The kid wanted to go back to the indoor pool so we did that for a while until it was time to clean up for dinner.  We had reservations for the Solarium Bistro. This is a free dining location and kids are welcome to the dining room, just not the pool.  You are seated at a table with a server but the salad and apps are buffet style.  We ordered our food, the kid had lemon pepper chicken, the adults had haddock with a tropical salsa.  Everyone enjoyed their meals.  They had a dessert table but none of it met our desires so we ended up going to WJ for dessert!  The kid did some more Roller skating then we walked around a bit and back to the room for the night.  Before bed, we said a little prayer that maybe tomorrow's weather would be better......

Up Next....Day 2 in Bermuda!


----------



## tnshsms

This was from our balcony but it kind of shows how the port works.  The long concrete path closest to the ship was what you walked after walking through a little building with Bermuda Security. That same building held the bus passes.  Then you can see the white tents in the middle of the picture and that's where you wait for taxi's or minibuses.  If you walk past those and past the large stone wall a bit then you will get to the bus stop. You can kind of see a red building in the top right corner, that's where the shopping started and it wrapped around to the other side where there is a stone building and all the boats are at in the middle top of the picture.


----------



## tnshsms

A note about the pool towels.....

You had to check them in and out each time you used them. You would give them your seapass card or swipe your wowband and then you would get how many towels you would ask for.  Then you would do the same to turn them back in.  Luckily the longest line we had was about 2 people deep.  It was free but if you didn't turn them back in by 10(maybe 11) then you would be charged $25 a towel.  So it was a minor pain to have to take them back after you brought them back to the room or used them on the beach.  (Point Disney).


----------



## tnshsms

Day 2 in Bermuda!

After breakfast and packing the beach backpack, we decided to try the minibuses today.  The public bus was fine but did take a little longer than we'd liked and it picked up and dropped off closer to the pier and the beach.  The public bus pass for 1 day was $49 and roundtrip for all 3 of us was $42 plus some tips. So roughly the same price.  But the public bus passes can be paid with a credit card, the mini buses were cash only. With the public bus it does stop several places but since we only wanted to go to Horseshoe bay again, this was perfect.  We caught the bus there at the pier super easy, got a few more passengers from the Dawn and headed out to the beach.  A short 30 min later, they dropped us off down the hill and right at the beach.  We got the chair and umbrella this day since it was sunny and much prettier than our day before.  AND much more crowded.  But we expected that.  When you rent the chair and umbrella, the guys actually drag it to a spot on the beach you like and then they dig the hole for your umbrella. Nice touch!  We of course, tipped him for that.

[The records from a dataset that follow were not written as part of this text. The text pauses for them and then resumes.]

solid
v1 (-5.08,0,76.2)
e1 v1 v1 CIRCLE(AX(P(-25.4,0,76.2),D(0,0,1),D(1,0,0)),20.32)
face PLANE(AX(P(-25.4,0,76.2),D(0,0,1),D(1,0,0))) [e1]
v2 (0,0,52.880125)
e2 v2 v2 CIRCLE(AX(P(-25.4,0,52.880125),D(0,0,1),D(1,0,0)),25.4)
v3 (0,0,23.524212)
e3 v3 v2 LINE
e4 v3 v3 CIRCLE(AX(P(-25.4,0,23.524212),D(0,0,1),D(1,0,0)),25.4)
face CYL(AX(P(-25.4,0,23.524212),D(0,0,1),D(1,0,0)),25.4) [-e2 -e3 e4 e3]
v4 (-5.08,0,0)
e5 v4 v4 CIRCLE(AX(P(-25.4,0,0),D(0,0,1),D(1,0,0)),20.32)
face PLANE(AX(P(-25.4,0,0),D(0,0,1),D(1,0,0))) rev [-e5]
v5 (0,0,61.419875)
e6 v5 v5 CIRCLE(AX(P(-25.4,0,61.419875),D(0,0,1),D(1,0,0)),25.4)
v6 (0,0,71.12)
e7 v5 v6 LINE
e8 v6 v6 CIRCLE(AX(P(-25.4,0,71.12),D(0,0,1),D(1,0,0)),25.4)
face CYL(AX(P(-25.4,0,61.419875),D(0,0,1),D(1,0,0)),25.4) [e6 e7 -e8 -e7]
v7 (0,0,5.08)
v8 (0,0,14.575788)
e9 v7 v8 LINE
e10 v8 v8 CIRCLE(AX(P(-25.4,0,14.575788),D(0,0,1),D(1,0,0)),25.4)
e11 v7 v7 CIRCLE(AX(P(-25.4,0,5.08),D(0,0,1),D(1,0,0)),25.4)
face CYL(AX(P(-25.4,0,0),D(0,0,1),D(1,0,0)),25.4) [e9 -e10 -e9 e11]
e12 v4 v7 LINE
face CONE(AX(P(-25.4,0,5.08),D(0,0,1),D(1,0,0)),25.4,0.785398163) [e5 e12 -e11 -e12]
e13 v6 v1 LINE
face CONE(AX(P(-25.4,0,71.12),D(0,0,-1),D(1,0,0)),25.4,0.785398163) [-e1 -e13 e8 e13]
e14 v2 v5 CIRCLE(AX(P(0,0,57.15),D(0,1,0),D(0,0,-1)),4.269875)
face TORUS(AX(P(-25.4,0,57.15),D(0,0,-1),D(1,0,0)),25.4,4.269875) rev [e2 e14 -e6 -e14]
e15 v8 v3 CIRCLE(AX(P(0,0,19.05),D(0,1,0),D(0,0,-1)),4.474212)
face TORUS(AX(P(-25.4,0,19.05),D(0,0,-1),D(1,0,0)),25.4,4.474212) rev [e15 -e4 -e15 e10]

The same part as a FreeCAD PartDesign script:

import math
import FreeCAD as App
import Part
import Sketcher

V = App.Vector
Q = App.Units.Quantity


def edges_at(feature, points):
    """Names of the edges that pass closest to the given points."""
    edges = feature.Shape.Edges
    near = lambda p: min(range(len(edges)), key=lambda i: edges[i].distToShape(Part.Vertex(*p))[0])
    return sorted({f"Edge{near(p) + 1}" for p in points})

doc = App.newDocument("Part")
params = doc.addObject("Spreadsheet::Sheet", "Params")
for row, (alias, value) in enumerate([
    ("sketch1_width", "1 in"),
    ("sketch1_height", "3 in"),
    ("revolution_angle", "360 deg"),
    ("chamfer_size", "0.2 in"),
], start=1):
    params.set(f"A{row}", alias)
    params.set(f"B{row}", "=" + value)
    params.setAlias(f"B{row}", alias)

body = doc.addObject("PartDesign::Body", "Body")

# Sketch on XZ plane
sketch1 = body.newObject("Sketcher::SketchObject", "Sketch")
sketch1.AttachmentSupport = (doc.getObject("XZ_Plane"), [""])
sketch1.MapMode = "FlatFace"
sketch1.addGeometry([
    Part.LineSegment(V(-25.4, 0, 0), V(0, 0, 0)),  # 0
    Part.LineSegment(V(0, 0, 0), V(0, 14.6, 0)),  # 1
    Part.ArcOfCircle(Part.Circle(V(0, 19.1, 0), V(0, 0, 1), 4.5), math.radians(90), math.radians(270)),  # 2
    Part.LineSegment(V(0, 23.5, 0), V(0, 52.9, 0)),  # 3
    Part.ArcOfCircle(Part.Circle(V(0, 57.1, 0), V(0, 0, 1), 4.3), math.radians(90), math.radians(270)),  # 4
    Part.LineSegment(V(0, 61.4, 0), V(0, 76.2, 0)),  # 5
    Part.LineSegment(V(0, 76.2, 0), V(-25.4, 76.2, 0)),  # 6
    Part.LineSegment(V(-25.4, 76.2, 0), V(-25.4, 0, 0)),  # 7
], False)
sketch1.addGeometry(Part.LineSegment(V(-25.4, 0, 0), V(-25.4, 76.2, 0)), True)  # axis
sketch1.addConstraint([
    Sketcher.Constraint("Coincident", 0, 2, 1, 1),
    Sketcher.Constraint("Coincident", 1, 2, 2, 2),
    Sketcher.Constraint("Coincident", 2, 1, 3, 1),
    Sketcher.Constraint("Coincident", 3, 2, 4, 2),
    Sketcher.Constraint("Coincident", 4, 1, 5, 1),
    Sketcher.Constraint("Coincident", 5, 2, 6, 1),
    Sketcher.Constraint("Coincident", 6, 2, 7, 1),
    Sketcher.Constraint("Coincident", 7, 2, 0, 1),
    Sketcher.Constraint("Horizontal", 0),
    Sketcher.Constraint("Vertical", 1),
    Sketcher.Constraint("Vertical", 3),
    Sketcher.Constraint("Vertical", 5),
    Sketcher.Constraint("Horizontal", 6),
    Sketcher.Constraint("Vertical", 7),
    Sketcher.Constraint("Vertical", 8),
    Sketcher.Constraint("Coincident", 0, 2, -1, 1),
    Sketcher.Constraint("Coincident", 8, 1, 7, 2),
    Sketcher.Constraint("PointOnObject", 2, 3, -2),
    Sketcher.Constraint("PointOnObject", 4, 3, -2),
    Sketcher.Constraint("PointOnObject", 2, 1, -2),
    Sketcher.Constraint("PointOnObject", 4, 1, -2),
    Sketcher.Constraint("Horizontal", 5, 2, 8, 2),
    Sketcher.Constraint("DistanceX", 0, 1, 0, 2, Q("1 in")),
    Sketcher.Constraint("DistanceY", 7, 2, 7, 1, Q("3 in")),
    Sketcher.Constraint("DistanceY", 2, 3, 4, 3, Q("1.5 in")),
    Sketcher.Constraint("DistanceY", -1, 1, 2, 3, Q("0.75 in")),
    Sketcher.Constraint("Radius", 2, Q("4.474212 mm")),
    Sketcher.Constraint("Radius", 4, Q("4.269875 mm")),
])
sketch1.setExpression("Constraints[22]", "Params.sketch1_width")
sketch1.setExpression("Constraints[23]", "Params.sketch1_height")
revolution = body.newObject("PartDesign::Revolution", "Revolution")
revolution.Profile = sketch1
revolution.ReferenceAxis = (sketch1, ["Axis0"])
revolution.setExpression("Angle", "Params.revolution_angle")
doc.recompute()

chamfer = body.newObject("PartDesign::Chamfer", "Chamfer")
chamfer.Base = (revolution, edges_at(revolution, [(-50.8, 0, 0), (-50.8, 0, 76.2)]))
chamfer.setExpression("Size", "Params.chamfer_size")

doc.recompute()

Much nicer day(thanks for the answered prayer!)....and look at that sea of umbrellas.  This was taken at about 11.










At the same lookout point from the day before....yes, I walked up the decking to get the picture.



We spent about 2 hours here.  Got a chip snack in the Rum Bum bar area and then caught the minibuses back.  Since I had a chair and umbrella already, I didn't want it to go to waste.  So I looked around for a family with a small child who was just sitting on the beach with a towel and no chair or umbrella.  I went over to the mom, said "hi, I bought a chair and an umbrella and I'm leaving.  Would you like to use it?"  She was excited and said yes! So as we gathered our things, she brought over her stuff and we left.

The minibuses were there waiting for people when we were ready to leave about 12:30-1pm.  Got back to the ship in about 30 min again and ate lunch at Sorrento's yet again. It was really that good!

We again, went back to the indoor pool. (yes, we used it a lot!) (it was also near the ice cream so that helped too) I took some pictures of the America's Cup ships practicing.



Below is the entire America's Cup Village. The far left is where the grandstands and food and racing will take place and to the right of the picture is where many of those who come by boat have paid to park the boats while they are there. In other words, those with some decent money.  Or so we've been told. The celebrity ones are in a different area of the port.




Then back to the room for our cruise tradition.  We love to sit on our balcony and watch the slackers come back to the ship really close to all aboard time and see if they make it.  In 6 cruises, we've seen 2 different sets of people left on the pier....  While we waited, I took some pictures of the dockyard from our room.




After watching a few run back to the ship, we went to Izumi for our reservation.  However, the kid doesn't eat sushi so we wanted to know if we could just get it to go.  They said yes, so we put in our order and was told to come back in 30 min.  After we walked around and took some more pictures, we grabbed our sushi to go and went to WJ to eat and get the kid some food.  They were offering chocolate covered strawberries that night which were excellent.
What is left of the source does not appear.